* WORK ORDER
Every line from the one containing "-154.2449066583), (206.0619131156, -149.2449066583))" to the one containing "-137.8727704287), (210.1619131156, -99.2449066583))" in the records below, both included, must be set down exactly, and no other line.

* SUPPLIED MATERIAL
──────────────────────────────

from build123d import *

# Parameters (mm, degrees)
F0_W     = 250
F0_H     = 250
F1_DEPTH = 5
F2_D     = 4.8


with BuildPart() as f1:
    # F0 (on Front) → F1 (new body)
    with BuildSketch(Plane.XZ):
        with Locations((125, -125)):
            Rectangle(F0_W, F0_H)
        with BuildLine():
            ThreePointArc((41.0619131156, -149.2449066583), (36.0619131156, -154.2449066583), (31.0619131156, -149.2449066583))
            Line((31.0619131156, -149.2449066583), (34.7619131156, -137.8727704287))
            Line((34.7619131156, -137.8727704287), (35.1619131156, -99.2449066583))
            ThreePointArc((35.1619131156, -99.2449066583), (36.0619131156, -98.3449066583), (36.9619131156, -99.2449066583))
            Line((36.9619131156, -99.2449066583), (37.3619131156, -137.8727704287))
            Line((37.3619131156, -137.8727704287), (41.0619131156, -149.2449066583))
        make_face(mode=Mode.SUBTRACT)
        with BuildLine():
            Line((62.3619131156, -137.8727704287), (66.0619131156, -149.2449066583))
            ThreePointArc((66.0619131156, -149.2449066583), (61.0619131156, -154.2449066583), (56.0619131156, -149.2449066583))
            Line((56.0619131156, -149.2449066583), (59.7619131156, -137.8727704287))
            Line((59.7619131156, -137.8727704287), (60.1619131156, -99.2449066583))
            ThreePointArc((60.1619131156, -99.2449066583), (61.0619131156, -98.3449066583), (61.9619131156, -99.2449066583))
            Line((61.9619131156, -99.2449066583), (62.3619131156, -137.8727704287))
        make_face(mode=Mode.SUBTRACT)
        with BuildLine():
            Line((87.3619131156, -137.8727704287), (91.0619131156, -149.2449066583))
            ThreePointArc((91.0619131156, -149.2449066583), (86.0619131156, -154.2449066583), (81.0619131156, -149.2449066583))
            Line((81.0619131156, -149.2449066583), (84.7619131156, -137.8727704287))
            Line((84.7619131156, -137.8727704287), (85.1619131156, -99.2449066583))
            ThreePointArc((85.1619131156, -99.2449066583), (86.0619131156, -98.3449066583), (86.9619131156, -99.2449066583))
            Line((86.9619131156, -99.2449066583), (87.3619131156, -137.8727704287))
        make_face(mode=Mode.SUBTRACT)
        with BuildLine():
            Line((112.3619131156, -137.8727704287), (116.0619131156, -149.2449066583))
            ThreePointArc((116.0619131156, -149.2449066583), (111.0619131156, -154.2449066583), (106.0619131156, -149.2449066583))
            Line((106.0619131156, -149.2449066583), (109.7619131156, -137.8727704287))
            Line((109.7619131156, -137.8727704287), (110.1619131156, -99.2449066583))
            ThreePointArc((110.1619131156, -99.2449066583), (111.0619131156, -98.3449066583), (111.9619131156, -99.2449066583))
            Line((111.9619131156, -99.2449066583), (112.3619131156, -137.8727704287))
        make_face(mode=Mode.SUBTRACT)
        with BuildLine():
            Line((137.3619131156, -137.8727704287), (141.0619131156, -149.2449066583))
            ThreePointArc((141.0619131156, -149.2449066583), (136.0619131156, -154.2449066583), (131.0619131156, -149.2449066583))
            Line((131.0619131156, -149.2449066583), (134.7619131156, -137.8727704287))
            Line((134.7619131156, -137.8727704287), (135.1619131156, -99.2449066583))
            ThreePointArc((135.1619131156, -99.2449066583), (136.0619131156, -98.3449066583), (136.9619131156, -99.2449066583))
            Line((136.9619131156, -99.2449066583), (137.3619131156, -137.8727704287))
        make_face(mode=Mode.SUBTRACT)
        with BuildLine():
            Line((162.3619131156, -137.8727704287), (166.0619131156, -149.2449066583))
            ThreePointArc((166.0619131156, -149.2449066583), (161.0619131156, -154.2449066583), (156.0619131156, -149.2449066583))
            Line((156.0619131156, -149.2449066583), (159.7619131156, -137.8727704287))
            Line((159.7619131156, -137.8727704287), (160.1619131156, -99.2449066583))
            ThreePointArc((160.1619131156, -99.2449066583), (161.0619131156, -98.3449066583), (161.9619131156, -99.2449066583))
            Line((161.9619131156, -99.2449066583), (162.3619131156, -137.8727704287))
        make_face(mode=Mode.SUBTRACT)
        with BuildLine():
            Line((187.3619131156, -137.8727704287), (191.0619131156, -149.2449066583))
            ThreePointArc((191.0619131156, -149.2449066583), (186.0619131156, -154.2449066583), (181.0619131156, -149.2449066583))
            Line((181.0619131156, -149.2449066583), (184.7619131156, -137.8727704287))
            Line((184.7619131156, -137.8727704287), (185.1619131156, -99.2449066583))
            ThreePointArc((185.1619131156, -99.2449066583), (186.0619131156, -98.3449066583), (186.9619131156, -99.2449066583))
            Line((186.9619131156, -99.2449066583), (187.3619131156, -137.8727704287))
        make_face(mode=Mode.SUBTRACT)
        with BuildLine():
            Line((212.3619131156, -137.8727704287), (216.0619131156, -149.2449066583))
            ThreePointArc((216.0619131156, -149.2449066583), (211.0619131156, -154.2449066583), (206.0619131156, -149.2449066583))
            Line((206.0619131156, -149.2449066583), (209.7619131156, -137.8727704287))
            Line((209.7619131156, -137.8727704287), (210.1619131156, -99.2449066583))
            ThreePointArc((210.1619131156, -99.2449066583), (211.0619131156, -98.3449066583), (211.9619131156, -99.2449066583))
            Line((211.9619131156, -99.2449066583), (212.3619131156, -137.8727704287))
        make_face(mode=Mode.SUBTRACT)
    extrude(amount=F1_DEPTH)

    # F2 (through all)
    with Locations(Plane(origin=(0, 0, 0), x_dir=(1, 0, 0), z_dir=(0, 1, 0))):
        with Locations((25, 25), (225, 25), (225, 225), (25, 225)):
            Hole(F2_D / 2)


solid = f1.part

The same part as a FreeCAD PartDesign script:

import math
import FreeCAD as App
import Part
import Sketcher
from FreeCAD import Vector
Q = App.Units.Quantity


def add_polygon(sketch, points):
    """Adds a closed chain of lines whose ends are joined by coincident constraints."""
    first, n = sketch.GeometryCount, len(points)
    for a, b in zip(points, points[1:] + points[:1]):
        sketch.addGeometry(Part.LineSegment(App.Vector(*a, 0), App.Vector(*b, 0)), False)
    for i in range(n):
        sketch.addConstraint(Sketcher.Constraint("Coincident", first + i, 2, first + (i + 1) % n, 1))

doc = App.newDocument("Part")
body = doc.addObject("PartDesign::Body", "Body")

sketch1 = body.newObject("Sketcher::SketchObject", "Sketch")
sketch1.AttachmentSupport = (doc.getObject("XZ_Plane"), [""])
sketch1.MapMode = "FlatFace"
add_polygon(sketch1, [(0, 0), (0, -250), (250, -250), (250, 0)])
sketch1.addGeometry(Part.LineSegment(Vector(37.4, -137.9, 0), Vector(41.1, -149.2, 0)), False)
sketch1.addGeometry(Part.ArcOfCircle(Part.Circle(Vector(36.1, -149.2, 0), Vector(0, 0, 1), 5), math.radians(180), math.radians(360)), False)
sketch1.addGeometry(Part.LineSegment(Vector(31.1, -149.2, 0), Vector(34.8, -137.9, 0)), False)
sketch1.addGeometry(Part.LineSegment(Vector(34.8, -137.9, 0), Vector(35.2, -99.2, 0)), False)
sketch1.addGeometry(Part.ArcOfCircle(Part.Circle(Vector(36.1, -99.2, 0), Vector(0, 0, 1), 0.9), math.radians(0), math.radians(180)), False)
sketch1.addGeometry(Part.LineSegment(Vector(37, -99.2, 0), Vector(37.4, -137.9, 0)), False)
sketch1.addGeometry(Part.LineSegment(Vector(137, -99.2, 0), Vector(137.4, -137.9, 0)), False)
sketch1.addGeometry(Part.LineSegment(Vector(137.4, -137.9, 0), Vector(141.1, -149.2, 0)), False)
sketch1.addGeometry(Part.ArcOfCircle(Part.Circle(Vector(136.1, -149.2, 0), Vector(0, 0, 1), 5), math.radians(180), math.radians(360)), False)
sketch1.addGeometry(Part.LineSegment(Vector(131.1, -149.2, 0), Vector(134.8, -137.9, 0)), False)
sketch1.addGeometry(Part.LineSegment(Vector(134.8, -137.9, 0), Vector(135.2, -99.2, 0)), False)
sketch1.addGeometry(Part.ArcOfCircle(Part.Circle(Vector(136.1, -99.2, 0), Vector(0, 0, 1), 0.9), math.radians(0), math.radians(180)), False)
sketch1.addGeometry(Part.LineSegment(Vector(162, -99.2, 0), Vector(162.4, -137.9, 0)), False)
sketch1.addGeometry(Part.LineSegment(Vector(162.4, -137.9, 0), Vector(166.1, -149.2, 0)), False)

──────────────────────────────

* YOUR RESPONSE
            ThreePointArc((216.0619131156, -149.2449066583), (211.0619131156, -154.2449066583), (206.0619131156, -149.2449066583))
            Line((206.0619131156, -149.2449066583), (209.7619131156, -137.8727704287))
            Line((209.7619131156, -137.8727704287), (210.1619131156, -99.2449066583))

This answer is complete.